TASK DESCRIPTION → Give the number of lines in the entries below that hold "amount", with no accompanying words.
*** Begin section ***
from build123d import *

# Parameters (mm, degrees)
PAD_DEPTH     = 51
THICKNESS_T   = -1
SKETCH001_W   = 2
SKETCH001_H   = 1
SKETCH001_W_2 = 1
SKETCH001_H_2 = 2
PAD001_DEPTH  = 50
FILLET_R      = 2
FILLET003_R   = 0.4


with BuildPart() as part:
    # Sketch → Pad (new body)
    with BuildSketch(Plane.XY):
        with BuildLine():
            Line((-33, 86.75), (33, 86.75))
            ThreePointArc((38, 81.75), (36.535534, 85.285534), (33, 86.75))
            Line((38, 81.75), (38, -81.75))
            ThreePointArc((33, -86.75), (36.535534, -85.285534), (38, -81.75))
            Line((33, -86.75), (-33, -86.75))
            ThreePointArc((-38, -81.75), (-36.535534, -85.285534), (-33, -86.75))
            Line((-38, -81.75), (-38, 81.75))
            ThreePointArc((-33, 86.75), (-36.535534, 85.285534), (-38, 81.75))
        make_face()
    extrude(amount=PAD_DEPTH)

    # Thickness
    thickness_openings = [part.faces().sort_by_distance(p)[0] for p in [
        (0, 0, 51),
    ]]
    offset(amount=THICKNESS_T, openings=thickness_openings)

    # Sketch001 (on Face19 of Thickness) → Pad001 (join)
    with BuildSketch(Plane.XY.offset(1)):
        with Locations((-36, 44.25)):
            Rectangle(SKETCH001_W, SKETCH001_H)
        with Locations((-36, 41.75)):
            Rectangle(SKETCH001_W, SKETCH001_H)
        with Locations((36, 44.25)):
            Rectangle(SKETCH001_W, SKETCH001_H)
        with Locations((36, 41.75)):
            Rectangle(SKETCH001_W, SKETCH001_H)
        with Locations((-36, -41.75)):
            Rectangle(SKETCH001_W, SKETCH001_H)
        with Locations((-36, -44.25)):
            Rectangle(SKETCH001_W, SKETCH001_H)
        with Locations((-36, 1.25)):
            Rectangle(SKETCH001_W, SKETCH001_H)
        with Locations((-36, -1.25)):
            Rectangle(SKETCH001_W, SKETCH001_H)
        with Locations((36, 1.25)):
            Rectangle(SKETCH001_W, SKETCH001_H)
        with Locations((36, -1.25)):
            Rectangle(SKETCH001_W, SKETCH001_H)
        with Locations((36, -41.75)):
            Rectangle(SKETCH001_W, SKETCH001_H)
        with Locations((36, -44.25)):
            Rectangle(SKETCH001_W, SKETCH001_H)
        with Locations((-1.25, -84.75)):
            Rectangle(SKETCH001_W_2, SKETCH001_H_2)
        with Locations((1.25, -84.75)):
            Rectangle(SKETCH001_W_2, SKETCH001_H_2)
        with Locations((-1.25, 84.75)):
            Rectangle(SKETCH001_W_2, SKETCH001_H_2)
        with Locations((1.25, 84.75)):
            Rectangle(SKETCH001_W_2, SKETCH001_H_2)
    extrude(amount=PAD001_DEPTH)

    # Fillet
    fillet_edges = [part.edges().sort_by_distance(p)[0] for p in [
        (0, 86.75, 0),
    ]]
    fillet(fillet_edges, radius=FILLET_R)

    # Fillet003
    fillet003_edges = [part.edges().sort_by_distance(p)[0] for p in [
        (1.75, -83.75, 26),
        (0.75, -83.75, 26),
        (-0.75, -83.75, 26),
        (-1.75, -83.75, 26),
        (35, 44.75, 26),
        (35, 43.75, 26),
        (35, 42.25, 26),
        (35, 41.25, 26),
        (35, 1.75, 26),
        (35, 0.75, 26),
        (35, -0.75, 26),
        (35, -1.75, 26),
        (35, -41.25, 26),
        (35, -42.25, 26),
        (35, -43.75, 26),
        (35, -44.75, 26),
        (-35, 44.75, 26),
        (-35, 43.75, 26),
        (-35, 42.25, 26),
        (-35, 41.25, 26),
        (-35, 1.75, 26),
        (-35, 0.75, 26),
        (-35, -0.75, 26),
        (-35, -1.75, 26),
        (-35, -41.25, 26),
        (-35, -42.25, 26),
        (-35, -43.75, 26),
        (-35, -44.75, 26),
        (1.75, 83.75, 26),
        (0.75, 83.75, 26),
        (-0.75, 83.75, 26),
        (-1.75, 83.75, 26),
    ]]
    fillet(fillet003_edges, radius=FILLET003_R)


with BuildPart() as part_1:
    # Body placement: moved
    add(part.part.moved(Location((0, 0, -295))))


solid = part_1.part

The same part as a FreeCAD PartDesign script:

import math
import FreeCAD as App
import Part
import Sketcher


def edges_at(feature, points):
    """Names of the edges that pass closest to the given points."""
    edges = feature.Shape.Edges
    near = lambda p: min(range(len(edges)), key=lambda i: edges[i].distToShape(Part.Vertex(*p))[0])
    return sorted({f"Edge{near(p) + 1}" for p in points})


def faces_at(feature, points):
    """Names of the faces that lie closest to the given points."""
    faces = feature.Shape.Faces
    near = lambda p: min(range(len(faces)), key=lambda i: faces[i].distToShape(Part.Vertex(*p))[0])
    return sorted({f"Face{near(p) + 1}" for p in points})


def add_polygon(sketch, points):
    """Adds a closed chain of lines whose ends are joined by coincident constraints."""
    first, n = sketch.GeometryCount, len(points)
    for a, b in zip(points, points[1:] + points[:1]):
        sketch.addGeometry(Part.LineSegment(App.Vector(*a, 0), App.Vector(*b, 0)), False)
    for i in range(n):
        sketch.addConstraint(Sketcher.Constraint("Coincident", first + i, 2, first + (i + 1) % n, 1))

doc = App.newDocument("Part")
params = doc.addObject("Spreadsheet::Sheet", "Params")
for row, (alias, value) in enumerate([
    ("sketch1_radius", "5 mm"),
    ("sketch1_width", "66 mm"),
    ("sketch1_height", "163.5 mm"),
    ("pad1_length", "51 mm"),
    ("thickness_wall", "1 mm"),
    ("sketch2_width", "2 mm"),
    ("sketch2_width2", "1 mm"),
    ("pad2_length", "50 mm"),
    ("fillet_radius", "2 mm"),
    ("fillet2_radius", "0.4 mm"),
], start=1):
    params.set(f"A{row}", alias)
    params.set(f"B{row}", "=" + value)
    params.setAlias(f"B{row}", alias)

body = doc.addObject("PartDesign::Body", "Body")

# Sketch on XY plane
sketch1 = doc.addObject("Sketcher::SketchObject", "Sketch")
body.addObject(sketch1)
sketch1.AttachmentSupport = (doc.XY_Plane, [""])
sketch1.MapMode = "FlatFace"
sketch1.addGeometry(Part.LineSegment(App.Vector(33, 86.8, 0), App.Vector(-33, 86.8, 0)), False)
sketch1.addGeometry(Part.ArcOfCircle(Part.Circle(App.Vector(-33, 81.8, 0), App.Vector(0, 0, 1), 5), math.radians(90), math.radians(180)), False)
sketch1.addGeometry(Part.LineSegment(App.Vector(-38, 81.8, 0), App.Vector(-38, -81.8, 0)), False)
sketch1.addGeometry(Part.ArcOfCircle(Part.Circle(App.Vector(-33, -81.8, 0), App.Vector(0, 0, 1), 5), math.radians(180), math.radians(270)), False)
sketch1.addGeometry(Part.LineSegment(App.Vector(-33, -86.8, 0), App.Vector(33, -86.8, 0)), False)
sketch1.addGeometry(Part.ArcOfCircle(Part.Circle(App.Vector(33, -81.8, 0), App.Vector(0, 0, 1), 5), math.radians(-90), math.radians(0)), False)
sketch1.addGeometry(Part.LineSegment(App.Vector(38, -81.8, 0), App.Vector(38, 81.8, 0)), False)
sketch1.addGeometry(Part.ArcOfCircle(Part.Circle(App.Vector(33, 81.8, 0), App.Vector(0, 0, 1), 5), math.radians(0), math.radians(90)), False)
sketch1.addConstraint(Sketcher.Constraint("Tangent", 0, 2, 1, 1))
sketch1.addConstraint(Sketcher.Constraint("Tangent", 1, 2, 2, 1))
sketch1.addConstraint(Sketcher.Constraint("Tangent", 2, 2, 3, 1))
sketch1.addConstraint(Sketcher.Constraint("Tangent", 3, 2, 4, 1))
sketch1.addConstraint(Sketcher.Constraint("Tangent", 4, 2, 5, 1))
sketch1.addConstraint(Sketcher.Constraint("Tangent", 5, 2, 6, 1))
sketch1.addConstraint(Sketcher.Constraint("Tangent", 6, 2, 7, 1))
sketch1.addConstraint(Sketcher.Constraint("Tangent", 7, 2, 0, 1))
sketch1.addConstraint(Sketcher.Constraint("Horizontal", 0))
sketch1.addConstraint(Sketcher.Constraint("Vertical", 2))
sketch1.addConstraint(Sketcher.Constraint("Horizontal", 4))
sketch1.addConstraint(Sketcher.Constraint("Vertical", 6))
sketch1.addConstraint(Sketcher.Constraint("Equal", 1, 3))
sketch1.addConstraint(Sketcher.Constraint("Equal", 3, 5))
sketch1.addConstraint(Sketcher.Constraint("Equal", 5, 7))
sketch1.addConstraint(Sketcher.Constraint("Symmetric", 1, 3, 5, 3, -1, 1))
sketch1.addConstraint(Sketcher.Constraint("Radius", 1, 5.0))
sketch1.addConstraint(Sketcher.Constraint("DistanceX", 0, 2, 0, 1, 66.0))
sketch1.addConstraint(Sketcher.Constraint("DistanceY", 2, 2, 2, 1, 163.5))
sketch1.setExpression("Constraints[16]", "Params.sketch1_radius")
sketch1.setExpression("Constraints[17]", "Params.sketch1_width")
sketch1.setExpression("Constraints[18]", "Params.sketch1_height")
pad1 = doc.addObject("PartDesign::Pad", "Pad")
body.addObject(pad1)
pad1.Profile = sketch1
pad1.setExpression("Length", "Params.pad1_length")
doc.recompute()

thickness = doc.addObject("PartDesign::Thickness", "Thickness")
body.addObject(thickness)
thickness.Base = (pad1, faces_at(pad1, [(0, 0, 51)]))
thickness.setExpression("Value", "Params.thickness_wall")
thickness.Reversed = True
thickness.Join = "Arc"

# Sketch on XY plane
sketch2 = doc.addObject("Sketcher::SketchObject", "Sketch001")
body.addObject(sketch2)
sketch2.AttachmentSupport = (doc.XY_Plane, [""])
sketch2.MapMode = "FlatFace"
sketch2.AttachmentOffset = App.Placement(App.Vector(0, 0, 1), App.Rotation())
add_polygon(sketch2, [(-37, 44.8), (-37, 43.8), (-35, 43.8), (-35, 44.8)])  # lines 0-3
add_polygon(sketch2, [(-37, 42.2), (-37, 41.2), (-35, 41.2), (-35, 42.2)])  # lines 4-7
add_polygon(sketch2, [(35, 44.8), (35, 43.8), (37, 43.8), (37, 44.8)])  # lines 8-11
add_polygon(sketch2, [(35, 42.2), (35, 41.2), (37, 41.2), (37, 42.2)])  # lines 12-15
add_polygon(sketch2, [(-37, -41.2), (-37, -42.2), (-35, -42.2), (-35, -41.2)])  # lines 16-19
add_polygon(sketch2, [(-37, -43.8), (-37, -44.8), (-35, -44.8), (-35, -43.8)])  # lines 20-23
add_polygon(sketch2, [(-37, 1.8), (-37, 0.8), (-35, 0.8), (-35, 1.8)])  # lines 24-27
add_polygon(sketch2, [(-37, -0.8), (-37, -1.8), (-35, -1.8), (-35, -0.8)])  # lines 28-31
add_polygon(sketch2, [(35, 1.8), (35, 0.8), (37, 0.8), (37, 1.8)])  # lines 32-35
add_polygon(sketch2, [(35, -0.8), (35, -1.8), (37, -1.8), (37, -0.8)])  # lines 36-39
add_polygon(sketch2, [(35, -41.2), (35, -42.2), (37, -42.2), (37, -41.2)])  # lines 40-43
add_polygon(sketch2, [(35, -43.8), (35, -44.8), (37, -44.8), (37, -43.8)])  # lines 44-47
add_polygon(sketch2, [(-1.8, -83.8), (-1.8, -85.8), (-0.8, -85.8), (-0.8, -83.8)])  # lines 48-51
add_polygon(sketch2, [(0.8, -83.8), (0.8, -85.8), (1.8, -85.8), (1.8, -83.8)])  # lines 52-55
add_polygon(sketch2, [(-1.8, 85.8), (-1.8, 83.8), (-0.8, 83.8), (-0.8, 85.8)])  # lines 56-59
*** End section ***
COMPLETED TASK → 3